At the hearing, community members brought up topics ranging from the public school system, the extension of the Hudson-Bergen Light Rail, the future use of Liberty School, the feasibility of an arts district and a desire for a physical community center.

Planners added a recommendation to have the Englewood Economic Development Corporation (EEDC) take a leadership role in managing a proposed cultural arts district in the downtown centered around bergenPAC. At the master plan public hearing, some residents expressed skepticism to establishing an arts cultural district in this area.

The EEDC would create a “strategy for arts culture and industry that are to be implemented through programs, marketing, branding and real estate ventures,” said Huttle.

Another paragraph was added into the plan that promoted adding senior independent living and assisted care facilities, stating the additions would benefit the tax base and create employment opportunities.

“These independent living and assisted living facilities employ many moderate income workers who often utilize public transportation,” said Huttle, quoting the master plan.

Creating a parking authority in cooperation with the EEDC, was another recommendation added to the master plan, said Huttle.

The authority would monitor the South Dean Parking Garage and street parking in the downtown, as residents have raised concerns over the years that employees of Palisade Avenue businesses feed the meters all day preventing shoppers from using key parking spots, said Huttle.

While a number of residents expressed concerns about the public school system during the master plan public hearing, Huttle said the document “has no jurisdiction over the school system.” Despite this, a paragraph outlining the history of public school system buildings and number of enrolled students was added into the planned in response to the comments.

During the meeting, Huttle raised concerns about an added statement recommending the addition of townhomes in single-family neighborhoods with oversized lots “in specific instances.” The statement, which Huttle consider “too broad,” was removed from the plan before adoption.

“I’ll be damned if I have a sentence in here that says we’re going to build town houses in single-family neighborhoods in oversized lots,” said Huttle.

City Engineer Ken Albert, who would later agree with Huttle to remove the oversized lot statement from the plan, said if planned approximately, townhomes may offer more green space, less impervious areas and more landscaping to buffer against single-family neighborhoods.

Albert said the city also has issues with many of these large oversized lots being converted into houses of worship.
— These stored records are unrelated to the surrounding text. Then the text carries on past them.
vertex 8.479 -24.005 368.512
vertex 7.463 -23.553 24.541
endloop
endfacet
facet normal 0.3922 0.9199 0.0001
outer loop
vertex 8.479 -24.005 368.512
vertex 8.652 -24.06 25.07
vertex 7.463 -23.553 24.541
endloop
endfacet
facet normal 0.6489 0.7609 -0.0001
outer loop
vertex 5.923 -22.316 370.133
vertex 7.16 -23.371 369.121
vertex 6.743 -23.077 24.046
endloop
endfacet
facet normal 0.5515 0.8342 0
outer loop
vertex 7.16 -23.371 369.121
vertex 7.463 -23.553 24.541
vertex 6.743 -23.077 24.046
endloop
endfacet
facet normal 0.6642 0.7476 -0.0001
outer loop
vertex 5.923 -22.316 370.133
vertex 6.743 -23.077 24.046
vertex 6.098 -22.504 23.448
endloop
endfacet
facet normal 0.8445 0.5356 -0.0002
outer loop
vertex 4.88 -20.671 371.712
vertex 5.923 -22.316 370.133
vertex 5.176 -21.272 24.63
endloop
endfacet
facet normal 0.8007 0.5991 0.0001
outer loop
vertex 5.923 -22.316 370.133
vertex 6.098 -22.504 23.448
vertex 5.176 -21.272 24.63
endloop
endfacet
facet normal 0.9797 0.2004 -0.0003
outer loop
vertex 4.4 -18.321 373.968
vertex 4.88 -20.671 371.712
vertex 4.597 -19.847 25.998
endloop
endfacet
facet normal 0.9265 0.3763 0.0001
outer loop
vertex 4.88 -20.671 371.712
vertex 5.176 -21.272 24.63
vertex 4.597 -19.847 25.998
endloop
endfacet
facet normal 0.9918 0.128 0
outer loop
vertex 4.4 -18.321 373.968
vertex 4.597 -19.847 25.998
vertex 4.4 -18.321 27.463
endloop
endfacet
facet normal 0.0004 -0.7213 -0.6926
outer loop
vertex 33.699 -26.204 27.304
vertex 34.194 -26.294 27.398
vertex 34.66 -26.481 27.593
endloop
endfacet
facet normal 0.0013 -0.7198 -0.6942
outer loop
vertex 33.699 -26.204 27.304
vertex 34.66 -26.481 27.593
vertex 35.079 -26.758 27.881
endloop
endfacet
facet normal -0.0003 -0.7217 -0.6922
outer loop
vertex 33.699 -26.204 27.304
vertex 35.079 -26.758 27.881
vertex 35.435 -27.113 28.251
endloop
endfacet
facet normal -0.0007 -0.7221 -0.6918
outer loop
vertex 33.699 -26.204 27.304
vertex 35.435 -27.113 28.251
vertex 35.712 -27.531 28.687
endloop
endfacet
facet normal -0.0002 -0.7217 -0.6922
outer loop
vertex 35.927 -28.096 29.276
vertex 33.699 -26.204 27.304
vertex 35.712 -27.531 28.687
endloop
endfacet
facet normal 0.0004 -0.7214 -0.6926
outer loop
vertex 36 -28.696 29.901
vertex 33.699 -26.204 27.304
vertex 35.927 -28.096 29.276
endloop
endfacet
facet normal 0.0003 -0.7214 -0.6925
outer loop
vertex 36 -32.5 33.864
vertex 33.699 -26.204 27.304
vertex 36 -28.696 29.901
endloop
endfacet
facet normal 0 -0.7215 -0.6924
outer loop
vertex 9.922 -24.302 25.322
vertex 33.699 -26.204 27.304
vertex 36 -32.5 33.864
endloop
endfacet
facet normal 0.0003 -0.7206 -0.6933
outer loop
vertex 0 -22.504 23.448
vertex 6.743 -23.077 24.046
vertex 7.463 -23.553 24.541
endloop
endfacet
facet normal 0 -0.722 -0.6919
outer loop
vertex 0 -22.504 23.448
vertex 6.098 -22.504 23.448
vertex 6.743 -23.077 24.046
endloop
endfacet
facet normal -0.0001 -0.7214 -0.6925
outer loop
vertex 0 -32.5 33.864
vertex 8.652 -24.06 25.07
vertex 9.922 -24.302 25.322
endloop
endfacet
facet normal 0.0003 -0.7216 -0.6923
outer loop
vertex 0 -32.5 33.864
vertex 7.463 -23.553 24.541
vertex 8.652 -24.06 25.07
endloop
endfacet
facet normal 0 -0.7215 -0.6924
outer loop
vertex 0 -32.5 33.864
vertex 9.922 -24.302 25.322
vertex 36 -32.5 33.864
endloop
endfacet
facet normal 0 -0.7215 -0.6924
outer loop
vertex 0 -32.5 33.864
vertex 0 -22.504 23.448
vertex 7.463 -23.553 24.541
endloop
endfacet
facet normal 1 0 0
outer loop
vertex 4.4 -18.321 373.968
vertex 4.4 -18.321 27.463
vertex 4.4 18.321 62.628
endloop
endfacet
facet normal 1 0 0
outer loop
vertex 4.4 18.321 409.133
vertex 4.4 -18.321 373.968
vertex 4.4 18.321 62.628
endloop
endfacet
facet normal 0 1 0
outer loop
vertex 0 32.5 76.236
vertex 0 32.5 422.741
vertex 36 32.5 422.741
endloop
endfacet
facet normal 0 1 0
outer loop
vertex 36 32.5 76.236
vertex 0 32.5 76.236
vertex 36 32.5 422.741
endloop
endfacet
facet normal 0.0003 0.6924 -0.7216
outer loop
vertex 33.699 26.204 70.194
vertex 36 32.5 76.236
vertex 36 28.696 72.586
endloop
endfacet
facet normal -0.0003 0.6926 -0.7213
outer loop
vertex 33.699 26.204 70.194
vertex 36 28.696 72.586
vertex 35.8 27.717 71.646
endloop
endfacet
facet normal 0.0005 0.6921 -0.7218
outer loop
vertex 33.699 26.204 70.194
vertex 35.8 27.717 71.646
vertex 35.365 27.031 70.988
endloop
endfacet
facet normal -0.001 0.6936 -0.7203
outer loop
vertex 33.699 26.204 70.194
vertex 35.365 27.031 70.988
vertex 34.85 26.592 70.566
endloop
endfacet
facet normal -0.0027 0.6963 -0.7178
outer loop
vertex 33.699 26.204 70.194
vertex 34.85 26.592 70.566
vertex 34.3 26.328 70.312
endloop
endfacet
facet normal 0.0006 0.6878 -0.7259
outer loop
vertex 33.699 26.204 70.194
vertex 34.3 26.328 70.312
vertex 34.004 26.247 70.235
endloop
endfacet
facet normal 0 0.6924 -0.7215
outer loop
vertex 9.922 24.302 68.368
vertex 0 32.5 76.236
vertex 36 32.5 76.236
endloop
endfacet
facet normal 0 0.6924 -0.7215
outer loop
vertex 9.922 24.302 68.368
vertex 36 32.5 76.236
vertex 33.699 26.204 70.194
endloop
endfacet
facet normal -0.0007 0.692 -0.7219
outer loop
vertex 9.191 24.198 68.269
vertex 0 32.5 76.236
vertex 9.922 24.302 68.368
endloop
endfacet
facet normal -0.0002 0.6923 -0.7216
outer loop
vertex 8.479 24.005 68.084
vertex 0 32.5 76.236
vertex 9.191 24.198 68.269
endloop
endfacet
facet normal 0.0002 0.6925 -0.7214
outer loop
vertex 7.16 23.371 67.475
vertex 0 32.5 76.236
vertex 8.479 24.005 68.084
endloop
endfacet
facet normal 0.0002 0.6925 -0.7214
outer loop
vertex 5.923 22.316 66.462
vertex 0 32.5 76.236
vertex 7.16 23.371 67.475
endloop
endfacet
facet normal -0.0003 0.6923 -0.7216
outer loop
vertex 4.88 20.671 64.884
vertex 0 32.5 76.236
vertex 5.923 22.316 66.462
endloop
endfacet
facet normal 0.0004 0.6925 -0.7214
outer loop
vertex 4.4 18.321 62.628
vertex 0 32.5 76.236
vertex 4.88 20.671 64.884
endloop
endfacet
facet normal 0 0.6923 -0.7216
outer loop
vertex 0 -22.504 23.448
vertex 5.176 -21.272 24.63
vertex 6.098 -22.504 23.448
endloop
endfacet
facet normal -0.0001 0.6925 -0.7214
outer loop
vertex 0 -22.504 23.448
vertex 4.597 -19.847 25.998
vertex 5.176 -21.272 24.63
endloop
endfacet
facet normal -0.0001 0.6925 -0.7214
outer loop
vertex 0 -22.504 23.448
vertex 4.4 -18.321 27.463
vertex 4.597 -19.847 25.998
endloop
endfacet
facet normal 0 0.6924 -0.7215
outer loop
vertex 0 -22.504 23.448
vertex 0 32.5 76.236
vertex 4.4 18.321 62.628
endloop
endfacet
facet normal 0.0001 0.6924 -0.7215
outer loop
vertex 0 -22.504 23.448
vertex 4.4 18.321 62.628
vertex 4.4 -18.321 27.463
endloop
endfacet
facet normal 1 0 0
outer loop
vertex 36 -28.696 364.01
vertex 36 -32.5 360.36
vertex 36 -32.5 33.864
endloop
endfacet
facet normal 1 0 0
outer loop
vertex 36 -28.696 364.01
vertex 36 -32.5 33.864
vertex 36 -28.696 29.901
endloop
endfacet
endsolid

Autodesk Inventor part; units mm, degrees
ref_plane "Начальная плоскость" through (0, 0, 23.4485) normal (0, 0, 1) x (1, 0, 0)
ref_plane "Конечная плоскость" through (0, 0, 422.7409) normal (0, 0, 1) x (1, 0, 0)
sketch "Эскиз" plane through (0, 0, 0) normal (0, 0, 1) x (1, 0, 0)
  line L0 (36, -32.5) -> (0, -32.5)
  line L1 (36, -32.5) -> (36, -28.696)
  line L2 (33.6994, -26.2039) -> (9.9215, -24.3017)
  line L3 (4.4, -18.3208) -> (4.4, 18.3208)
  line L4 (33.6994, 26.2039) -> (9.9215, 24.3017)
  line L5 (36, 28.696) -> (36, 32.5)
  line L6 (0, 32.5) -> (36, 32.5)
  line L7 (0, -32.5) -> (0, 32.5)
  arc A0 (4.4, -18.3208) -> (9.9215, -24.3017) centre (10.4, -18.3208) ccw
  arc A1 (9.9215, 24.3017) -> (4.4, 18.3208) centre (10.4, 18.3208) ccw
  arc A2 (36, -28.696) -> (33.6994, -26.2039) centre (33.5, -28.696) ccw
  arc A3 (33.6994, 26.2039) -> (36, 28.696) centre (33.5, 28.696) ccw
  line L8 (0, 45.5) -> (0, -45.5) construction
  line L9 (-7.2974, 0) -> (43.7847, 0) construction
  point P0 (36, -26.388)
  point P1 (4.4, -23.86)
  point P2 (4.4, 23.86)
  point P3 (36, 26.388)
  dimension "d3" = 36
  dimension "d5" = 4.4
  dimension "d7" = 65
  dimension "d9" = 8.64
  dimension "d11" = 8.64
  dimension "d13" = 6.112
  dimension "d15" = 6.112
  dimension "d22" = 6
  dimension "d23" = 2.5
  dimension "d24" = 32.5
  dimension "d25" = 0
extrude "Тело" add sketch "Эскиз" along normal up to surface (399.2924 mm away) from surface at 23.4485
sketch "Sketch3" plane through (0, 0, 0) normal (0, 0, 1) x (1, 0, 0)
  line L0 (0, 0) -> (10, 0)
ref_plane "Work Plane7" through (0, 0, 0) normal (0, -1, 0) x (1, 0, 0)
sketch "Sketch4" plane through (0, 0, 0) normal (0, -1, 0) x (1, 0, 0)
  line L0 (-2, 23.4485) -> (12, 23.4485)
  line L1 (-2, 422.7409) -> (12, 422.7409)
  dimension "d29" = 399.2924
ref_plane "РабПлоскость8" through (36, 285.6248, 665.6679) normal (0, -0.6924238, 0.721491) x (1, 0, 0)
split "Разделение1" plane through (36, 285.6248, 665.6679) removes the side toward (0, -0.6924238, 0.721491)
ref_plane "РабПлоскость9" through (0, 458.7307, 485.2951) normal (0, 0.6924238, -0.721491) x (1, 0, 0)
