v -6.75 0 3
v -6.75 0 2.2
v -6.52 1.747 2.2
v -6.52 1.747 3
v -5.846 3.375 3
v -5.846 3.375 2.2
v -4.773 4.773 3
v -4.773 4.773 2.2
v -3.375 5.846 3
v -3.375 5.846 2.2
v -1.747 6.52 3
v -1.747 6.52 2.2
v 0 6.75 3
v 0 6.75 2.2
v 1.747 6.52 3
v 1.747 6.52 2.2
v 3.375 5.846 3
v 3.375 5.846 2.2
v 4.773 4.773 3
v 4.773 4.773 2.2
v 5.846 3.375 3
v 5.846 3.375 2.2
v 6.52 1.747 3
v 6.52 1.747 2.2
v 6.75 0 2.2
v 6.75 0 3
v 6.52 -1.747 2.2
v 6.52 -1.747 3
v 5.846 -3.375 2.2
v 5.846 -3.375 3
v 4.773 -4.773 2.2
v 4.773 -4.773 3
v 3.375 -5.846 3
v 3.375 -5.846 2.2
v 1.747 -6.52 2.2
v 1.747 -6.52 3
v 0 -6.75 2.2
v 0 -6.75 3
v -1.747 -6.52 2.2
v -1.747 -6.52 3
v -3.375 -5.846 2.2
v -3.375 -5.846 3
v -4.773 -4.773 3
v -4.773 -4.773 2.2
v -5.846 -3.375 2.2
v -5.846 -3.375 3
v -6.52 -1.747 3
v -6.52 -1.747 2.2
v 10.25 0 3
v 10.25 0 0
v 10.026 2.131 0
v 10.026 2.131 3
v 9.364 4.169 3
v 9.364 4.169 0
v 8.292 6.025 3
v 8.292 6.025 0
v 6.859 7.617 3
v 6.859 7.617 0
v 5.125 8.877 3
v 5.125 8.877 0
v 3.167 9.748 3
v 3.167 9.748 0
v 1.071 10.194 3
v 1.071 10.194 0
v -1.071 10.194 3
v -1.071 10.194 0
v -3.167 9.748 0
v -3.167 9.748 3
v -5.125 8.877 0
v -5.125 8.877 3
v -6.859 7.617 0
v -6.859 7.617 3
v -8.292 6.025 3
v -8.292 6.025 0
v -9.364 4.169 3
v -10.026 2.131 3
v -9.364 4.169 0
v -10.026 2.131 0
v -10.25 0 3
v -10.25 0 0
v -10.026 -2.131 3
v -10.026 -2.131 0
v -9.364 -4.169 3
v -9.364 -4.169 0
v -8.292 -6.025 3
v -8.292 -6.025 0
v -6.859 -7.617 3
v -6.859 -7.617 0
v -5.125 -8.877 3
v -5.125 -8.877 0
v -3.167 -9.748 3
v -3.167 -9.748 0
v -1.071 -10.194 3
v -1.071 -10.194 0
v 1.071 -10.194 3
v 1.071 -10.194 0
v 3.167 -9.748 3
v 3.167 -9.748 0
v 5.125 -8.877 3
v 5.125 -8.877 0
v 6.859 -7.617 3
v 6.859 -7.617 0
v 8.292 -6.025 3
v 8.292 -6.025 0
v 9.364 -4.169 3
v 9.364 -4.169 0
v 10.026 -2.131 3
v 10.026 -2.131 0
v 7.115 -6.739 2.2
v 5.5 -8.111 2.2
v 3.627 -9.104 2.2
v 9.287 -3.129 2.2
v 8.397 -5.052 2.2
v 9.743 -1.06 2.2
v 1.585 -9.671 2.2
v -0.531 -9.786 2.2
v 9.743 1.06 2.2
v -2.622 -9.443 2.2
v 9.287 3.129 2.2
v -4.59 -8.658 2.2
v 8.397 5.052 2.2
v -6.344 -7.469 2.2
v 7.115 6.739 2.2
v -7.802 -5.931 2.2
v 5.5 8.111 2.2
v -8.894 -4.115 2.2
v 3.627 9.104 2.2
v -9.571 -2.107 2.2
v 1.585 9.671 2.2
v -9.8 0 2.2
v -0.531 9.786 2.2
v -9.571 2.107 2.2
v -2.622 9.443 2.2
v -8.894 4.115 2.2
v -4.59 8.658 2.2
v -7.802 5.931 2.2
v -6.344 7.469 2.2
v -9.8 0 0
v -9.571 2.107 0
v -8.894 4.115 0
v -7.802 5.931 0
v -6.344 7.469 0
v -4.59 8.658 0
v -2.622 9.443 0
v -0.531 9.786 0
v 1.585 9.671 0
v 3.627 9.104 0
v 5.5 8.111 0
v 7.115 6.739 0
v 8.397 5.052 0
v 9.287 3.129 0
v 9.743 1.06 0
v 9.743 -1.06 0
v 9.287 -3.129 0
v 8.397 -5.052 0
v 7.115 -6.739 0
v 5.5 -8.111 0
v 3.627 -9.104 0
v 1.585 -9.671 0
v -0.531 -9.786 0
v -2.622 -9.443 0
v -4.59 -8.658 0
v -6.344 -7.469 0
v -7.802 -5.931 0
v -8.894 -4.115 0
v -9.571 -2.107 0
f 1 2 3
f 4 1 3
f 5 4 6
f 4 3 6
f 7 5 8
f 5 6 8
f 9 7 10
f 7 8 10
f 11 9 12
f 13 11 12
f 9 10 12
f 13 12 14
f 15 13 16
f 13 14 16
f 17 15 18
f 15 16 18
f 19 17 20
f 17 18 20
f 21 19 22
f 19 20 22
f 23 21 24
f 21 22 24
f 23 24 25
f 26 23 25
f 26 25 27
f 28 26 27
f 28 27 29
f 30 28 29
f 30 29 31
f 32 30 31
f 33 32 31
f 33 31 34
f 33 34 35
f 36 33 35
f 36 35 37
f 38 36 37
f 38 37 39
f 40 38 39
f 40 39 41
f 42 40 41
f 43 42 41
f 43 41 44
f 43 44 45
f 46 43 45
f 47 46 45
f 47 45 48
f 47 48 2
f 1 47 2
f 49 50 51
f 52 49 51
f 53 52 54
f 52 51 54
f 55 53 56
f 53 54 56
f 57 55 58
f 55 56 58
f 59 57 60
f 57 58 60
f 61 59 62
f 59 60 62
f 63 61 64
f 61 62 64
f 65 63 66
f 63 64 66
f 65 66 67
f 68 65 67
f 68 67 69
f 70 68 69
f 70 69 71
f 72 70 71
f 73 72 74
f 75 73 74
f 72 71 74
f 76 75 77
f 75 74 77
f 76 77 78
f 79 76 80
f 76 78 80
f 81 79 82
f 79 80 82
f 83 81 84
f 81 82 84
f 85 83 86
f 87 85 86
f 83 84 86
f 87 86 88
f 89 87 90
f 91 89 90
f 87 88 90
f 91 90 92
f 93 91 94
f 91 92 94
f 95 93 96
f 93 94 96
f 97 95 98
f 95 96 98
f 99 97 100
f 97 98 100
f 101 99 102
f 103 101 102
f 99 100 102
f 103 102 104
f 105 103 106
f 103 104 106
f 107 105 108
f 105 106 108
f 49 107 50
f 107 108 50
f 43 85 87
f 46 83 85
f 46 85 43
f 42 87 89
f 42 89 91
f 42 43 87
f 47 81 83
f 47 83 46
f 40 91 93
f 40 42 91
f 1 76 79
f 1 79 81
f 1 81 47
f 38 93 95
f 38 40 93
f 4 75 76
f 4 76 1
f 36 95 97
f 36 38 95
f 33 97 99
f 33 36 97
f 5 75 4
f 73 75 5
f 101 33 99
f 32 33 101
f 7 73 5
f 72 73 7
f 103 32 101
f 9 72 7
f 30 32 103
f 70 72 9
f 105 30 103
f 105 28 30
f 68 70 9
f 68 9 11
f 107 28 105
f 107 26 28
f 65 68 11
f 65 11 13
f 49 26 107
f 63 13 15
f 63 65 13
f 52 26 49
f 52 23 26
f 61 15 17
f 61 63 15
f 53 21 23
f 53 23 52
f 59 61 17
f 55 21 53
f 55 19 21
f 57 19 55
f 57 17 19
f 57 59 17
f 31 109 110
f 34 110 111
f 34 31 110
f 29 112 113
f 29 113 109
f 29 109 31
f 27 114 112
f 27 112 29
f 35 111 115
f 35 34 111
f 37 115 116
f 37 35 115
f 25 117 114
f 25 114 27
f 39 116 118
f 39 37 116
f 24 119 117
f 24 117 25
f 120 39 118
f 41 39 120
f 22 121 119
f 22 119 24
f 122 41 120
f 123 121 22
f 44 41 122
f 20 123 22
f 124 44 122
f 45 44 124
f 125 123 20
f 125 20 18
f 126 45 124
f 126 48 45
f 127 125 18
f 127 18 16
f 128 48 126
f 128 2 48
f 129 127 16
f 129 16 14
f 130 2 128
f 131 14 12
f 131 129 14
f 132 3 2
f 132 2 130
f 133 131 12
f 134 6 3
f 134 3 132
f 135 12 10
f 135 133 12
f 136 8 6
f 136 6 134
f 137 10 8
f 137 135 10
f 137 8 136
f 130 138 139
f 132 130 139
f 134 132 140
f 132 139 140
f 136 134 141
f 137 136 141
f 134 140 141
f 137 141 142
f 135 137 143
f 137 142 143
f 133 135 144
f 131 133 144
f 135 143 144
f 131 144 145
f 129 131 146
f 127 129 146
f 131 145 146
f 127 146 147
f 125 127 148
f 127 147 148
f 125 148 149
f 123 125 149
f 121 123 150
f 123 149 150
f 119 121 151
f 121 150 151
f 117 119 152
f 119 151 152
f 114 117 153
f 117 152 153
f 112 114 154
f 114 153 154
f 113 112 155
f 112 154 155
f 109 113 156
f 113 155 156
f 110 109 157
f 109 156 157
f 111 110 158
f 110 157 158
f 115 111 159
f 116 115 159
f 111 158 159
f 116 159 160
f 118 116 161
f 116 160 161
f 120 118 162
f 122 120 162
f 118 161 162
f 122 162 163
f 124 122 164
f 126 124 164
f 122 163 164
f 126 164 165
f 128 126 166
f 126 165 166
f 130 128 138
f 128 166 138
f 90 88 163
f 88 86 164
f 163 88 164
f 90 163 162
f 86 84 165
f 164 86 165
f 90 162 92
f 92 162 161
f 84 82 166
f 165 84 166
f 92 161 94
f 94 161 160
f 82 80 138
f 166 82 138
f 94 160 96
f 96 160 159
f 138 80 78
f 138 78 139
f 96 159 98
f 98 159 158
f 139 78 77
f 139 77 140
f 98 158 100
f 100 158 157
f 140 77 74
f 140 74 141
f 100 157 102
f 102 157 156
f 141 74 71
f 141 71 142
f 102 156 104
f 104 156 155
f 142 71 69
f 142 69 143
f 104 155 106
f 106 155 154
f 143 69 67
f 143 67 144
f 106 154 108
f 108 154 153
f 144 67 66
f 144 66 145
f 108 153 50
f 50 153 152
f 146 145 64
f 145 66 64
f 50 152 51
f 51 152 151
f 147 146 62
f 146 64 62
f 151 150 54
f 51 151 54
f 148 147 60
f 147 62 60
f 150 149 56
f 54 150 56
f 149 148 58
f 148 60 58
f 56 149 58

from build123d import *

# Parameters (mm, degrees)
ESBO_O1_R                = 10.25
RESSALTO_EXTRUS_O1_DEPTH = 3
ESBO_O2_R                = 9.8
CORTE_EXTRUS_O1_DEPTH    = 2.2
ESBO_O3_R                = 6.75
CORTE_EXTRUS_O2_DEPTH    = 15.66168476


with BuildPart() as part:
    # Esboço1 → Ressalto-extrusão1 (new body)
    with BuildSketch(Plane.XY):
        Circle(ESBO_O1_R)
    extrude(amount=RESSALTO_EXTRUS_O1_DEPTH)

    # Esboço2 → Corte-extrusão1 (cut)
    with BuildSketch(Plane(origin=(0, 0, 0), x_dir=(-1, 0, 0), z_dir=(0, 0, -1))):
        Circle(ESBO_O2_R)
    extrude(amount=-CORTE_EXTRUS_O1_DEPTH, mode=Mode.SUBTRACT)

    # Esboço3 → Corte-extrusão2 (cut, through all)
    with BuildSketch(Plane(origin=(0, 0, 2.2), x_dir=(-1, 0, 0), z_dir=(0, 0, -1))):
        Circle(ESBO_O3_R)
    extrude(amount=-CORTE_EXTRUS_O2_DEPTH, mode=Mode.SUBTRACT)


solid = part.part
There are 53 houses of worship throughout the city, said Albert.

“Houses of worship are great for neighborhoods, but because our land is less expensive than competing towns, these large lots one by one are being converted into houses of worship,” said Albert. “We have this need for town houses. The need is expanding daily.”

Huttle believed other statements in the master plan “provide pretty clear language to protect single-family neighborhoods,” but also addressed the need for townhomes. One such statement in the document addressed the prospect of town houses, saying “the city should create appropriate town house zoning in strategic locations.”

“That sentence is filled with careful planning,” said Huttle.